The best tasting fruits and vegetables are grown to perfection not for the mass market, but as close to home as possible. By buying from local growers, you get produce that has so little distance to travel to the table that it is possible to enjoy fruits and vegetables harvested at the peak of flavor and texture. Homegrown produce is even fresher, coming directly from the garden to the kitchen with maximum vitamins, color and flavor.

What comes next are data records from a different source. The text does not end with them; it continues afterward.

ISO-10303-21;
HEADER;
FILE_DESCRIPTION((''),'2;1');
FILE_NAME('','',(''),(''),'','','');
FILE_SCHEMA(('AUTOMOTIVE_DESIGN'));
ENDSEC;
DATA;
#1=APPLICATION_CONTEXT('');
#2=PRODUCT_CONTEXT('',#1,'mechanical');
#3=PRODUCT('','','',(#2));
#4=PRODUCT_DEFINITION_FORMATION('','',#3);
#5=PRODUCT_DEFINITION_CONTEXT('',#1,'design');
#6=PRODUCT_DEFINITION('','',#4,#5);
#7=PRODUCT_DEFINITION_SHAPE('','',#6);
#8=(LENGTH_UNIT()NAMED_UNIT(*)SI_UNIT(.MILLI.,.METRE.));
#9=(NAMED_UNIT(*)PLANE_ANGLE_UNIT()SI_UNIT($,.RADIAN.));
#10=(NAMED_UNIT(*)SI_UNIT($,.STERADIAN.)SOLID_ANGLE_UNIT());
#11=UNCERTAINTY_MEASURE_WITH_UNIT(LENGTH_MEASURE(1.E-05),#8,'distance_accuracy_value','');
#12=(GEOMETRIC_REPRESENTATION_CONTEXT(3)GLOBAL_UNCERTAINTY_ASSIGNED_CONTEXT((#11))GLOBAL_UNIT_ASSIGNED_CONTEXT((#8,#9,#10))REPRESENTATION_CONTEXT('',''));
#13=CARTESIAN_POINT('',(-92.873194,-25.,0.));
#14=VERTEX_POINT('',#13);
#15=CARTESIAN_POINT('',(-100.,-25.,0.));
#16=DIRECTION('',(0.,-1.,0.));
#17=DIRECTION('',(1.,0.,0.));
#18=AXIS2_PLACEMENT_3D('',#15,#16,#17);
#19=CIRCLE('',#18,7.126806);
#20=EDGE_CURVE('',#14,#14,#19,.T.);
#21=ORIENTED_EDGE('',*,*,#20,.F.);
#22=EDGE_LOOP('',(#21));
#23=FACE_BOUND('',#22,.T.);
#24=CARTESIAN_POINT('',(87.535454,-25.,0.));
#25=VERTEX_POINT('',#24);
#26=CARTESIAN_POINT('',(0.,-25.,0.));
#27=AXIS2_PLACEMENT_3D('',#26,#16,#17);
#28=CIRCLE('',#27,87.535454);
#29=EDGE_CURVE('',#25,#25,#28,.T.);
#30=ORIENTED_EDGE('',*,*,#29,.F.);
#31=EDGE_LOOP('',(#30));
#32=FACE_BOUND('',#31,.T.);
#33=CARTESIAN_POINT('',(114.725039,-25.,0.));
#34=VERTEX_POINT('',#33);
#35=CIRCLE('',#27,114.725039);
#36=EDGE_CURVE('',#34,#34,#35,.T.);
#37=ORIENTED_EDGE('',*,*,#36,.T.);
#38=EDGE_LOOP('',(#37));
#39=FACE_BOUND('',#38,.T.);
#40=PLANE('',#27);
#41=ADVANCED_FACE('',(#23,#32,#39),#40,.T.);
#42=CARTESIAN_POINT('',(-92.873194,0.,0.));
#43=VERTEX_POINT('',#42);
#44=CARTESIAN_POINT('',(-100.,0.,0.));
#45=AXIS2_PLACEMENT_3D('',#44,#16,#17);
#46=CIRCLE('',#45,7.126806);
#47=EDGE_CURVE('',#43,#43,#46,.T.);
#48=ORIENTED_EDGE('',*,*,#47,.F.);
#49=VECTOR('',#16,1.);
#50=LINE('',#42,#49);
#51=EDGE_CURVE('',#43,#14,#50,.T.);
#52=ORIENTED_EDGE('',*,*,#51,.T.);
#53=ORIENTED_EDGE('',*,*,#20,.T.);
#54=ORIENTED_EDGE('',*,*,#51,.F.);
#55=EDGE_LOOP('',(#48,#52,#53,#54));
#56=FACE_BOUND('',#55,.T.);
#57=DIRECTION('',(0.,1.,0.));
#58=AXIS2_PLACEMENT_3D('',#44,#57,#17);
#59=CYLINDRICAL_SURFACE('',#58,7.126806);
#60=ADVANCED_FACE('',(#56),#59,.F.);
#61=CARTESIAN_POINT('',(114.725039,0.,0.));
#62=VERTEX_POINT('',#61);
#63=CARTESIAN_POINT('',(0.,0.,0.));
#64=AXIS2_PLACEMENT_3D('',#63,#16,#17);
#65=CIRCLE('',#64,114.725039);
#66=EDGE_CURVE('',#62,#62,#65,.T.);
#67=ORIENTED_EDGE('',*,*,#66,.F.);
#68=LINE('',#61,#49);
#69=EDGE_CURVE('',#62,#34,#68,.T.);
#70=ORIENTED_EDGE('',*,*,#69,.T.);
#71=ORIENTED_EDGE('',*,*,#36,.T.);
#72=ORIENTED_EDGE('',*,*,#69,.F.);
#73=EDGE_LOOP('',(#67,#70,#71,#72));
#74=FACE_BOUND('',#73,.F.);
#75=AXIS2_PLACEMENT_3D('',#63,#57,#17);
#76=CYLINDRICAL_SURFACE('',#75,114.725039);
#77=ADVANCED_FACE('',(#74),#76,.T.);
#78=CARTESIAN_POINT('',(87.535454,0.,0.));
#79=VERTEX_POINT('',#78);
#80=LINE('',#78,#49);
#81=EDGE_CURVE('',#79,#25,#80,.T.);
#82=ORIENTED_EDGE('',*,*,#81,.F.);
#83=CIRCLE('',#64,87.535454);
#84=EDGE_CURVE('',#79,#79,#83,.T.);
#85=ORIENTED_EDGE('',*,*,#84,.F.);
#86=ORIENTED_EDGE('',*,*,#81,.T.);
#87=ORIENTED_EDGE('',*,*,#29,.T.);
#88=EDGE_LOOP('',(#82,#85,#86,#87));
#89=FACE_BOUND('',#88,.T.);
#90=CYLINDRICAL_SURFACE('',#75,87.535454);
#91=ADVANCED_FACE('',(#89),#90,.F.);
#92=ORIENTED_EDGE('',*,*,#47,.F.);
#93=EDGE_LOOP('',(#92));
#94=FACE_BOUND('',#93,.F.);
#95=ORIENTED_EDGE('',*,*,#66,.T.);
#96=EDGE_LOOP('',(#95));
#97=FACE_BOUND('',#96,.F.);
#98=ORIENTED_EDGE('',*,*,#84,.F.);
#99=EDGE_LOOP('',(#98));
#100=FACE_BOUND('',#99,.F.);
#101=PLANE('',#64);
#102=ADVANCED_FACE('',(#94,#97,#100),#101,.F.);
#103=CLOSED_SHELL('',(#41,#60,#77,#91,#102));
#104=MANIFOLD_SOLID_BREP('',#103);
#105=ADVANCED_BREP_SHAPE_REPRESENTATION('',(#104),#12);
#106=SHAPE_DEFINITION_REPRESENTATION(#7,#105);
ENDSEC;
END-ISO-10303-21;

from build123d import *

# Parameters (mm, degrees)
F0_R     = 114.725039
F0_R_2   = 7.126806
F0_R_3   = 87.535454
F1_DEPTH = 25


with BuildPart() as f1:
    # F0 (on Front) → F1 (new body)
    with BuildSketch(Plane.XZ):
        Circle(F0_R)
        with Locations((-100, 0)):
            Circle(F0_R_2, mode=Mode.SUBTRACT)
        Circle(F0_R_3, mode=Mode.SUBTRACT)
    extrude(amount=F1_DEPTH)


solid = f1.part
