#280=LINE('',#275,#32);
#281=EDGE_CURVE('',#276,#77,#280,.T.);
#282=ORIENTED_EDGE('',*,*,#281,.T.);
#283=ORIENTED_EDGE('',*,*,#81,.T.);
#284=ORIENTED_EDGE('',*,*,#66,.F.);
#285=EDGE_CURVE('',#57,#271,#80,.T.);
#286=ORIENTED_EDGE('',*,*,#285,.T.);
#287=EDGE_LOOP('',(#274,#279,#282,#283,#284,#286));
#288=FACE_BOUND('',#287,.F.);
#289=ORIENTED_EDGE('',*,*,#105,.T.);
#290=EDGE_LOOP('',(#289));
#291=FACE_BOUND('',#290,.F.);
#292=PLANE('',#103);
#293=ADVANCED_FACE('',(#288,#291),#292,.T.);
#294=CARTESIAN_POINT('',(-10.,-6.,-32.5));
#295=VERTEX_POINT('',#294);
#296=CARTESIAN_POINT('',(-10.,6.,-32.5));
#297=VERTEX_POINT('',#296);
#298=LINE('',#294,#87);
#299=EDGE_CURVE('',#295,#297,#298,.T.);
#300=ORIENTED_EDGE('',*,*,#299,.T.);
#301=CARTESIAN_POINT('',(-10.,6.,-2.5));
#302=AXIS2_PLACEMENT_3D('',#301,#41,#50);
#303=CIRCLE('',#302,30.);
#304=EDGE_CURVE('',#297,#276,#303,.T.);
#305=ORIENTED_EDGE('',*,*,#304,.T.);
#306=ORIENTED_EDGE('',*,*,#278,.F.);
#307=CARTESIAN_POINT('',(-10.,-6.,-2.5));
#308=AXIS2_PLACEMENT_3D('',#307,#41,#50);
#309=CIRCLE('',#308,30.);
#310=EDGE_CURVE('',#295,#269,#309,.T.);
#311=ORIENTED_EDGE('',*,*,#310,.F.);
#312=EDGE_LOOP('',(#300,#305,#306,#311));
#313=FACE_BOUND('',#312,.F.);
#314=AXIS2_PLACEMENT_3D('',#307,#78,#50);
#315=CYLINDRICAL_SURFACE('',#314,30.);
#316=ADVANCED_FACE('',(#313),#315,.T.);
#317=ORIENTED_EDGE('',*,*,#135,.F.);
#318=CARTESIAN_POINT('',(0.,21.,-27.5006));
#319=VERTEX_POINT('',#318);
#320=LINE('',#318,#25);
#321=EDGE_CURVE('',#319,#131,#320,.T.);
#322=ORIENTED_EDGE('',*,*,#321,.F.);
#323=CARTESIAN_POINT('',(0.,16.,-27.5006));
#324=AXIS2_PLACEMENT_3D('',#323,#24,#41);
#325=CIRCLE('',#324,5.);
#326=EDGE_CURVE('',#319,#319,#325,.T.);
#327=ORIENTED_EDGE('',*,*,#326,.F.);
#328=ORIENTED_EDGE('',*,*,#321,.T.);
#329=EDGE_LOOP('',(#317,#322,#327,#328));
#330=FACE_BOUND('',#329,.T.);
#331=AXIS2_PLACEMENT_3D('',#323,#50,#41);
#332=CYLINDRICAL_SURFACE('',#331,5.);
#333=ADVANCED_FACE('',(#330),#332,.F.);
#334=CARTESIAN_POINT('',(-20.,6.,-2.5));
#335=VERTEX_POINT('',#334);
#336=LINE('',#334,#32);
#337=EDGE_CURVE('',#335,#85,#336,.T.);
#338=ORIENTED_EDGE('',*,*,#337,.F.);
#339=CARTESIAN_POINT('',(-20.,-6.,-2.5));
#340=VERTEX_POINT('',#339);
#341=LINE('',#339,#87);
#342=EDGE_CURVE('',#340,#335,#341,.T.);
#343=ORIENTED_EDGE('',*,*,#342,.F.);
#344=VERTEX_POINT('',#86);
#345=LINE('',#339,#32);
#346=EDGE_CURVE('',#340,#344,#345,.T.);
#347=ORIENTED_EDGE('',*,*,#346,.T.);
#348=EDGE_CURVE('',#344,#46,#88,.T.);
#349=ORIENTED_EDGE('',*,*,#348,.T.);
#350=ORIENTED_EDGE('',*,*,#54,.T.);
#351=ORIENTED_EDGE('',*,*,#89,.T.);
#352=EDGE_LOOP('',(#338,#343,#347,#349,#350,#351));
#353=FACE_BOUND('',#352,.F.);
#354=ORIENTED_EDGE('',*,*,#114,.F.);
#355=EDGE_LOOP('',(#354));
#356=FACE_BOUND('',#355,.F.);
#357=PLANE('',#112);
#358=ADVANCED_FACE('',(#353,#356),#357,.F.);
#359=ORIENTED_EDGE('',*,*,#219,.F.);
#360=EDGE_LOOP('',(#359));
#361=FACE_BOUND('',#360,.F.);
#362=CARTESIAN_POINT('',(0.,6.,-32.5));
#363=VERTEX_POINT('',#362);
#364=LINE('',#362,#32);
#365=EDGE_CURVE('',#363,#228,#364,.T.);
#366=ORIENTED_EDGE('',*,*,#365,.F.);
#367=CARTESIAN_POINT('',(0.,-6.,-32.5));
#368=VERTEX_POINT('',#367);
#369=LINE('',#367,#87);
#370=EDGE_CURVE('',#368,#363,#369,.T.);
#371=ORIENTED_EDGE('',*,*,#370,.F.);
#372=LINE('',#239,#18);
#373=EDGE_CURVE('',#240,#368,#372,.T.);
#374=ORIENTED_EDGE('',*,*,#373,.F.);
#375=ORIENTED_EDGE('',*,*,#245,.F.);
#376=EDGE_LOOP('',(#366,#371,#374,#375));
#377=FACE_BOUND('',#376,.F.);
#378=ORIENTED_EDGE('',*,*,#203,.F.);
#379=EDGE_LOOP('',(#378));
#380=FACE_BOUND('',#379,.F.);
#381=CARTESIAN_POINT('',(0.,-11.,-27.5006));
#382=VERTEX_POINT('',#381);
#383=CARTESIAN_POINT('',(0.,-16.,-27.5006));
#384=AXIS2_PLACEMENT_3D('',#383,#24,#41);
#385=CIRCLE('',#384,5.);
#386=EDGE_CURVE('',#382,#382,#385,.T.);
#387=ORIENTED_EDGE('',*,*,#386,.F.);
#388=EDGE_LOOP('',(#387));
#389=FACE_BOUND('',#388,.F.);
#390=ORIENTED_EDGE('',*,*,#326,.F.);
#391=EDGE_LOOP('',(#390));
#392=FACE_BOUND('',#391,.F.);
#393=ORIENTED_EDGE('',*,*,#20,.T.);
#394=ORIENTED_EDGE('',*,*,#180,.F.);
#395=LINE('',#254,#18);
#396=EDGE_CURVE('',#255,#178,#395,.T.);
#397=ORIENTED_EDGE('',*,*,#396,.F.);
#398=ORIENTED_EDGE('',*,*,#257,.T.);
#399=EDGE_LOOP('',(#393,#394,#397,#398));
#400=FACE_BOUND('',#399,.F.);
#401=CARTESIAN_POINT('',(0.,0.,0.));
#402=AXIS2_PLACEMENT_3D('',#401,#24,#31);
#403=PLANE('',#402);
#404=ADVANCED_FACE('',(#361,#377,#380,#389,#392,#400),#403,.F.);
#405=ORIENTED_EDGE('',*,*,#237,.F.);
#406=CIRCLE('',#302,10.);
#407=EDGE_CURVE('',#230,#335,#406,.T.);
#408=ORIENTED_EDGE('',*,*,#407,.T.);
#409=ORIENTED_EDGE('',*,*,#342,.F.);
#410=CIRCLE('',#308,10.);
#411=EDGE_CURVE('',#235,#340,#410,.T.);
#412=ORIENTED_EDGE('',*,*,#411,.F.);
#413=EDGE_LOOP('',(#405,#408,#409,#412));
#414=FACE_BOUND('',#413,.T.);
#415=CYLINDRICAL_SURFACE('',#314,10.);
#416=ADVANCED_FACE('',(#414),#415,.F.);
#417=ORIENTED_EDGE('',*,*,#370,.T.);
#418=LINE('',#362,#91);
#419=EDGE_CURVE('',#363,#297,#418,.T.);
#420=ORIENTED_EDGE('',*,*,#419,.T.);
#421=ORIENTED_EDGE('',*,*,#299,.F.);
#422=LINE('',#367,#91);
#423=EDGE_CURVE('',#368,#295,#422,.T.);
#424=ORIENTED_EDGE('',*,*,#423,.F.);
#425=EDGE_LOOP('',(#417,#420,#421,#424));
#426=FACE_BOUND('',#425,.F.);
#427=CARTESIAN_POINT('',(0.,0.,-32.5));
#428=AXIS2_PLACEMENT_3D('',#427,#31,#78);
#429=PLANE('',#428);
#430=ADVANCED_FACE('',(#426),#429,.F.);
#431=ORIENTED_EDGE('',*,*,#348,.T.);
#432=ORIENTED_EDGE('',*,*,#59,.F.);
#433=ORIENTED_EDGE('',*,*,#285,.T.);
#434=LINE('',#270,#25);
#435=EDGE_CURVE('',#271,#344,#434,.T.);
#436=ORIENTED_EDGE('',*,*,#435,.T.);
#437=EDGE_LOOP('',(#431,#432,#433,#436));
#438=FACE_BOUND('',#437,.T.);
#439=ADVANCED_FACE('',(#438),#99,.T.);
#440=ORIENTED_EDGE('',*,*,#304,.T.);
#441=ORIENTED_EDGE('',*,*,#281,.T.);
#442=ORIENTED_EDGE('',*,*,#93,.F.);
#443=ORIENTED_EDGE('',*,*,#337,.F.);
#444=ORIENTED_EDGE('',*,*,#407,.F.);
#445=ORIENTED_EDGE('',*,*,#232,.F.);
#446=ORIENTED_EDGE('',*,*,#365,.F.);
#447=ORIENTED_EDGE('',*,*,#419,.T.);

Connoisseurs of good food know that it isn’t just about how a dish is prepared, but also the quality of ingredients used. In a world increasingly turning to mass-produced and gene-altered food products, gourmet cooks are turning to their own gardens for more healthy alternatives — organically grown and freshly harvested. In particular, tomatoes and their close relatives eggplants and peppers are some of the vegetables that are unrivaled in taste when harvested only minutes from the kitchen. All are the prize of long sunny, summer days. July is not too late to add some to the garden. In fact, in some areas, earlier planting will just result in disappointment. Now that the fog is more or less gone, these heat-loving varieties will grow by leaps and bounds, producing tasty harvests in mere weeks.
Commercially grown tomatoes are the ultimate taste disappointment. So it’s no wonder that they are the most popular vegetable for home gardens. The supermarket versions are mediocre at best and purely criminal at worst. They have had their sweetness and unique flavor bred out in favor of firm flesh and shippable shape. By planting a few plants at home, not only will the resulting fruits be tastier, but there is also a much wider selection of varieties available than ever appears at the supermarket. Many nurseries and home-gardening centers still have plants in bloom and even in fruit this month. Summer lasts well into September around here, and some years even later, giving tomatoes at least three more months to deliver up their heavenly bounty.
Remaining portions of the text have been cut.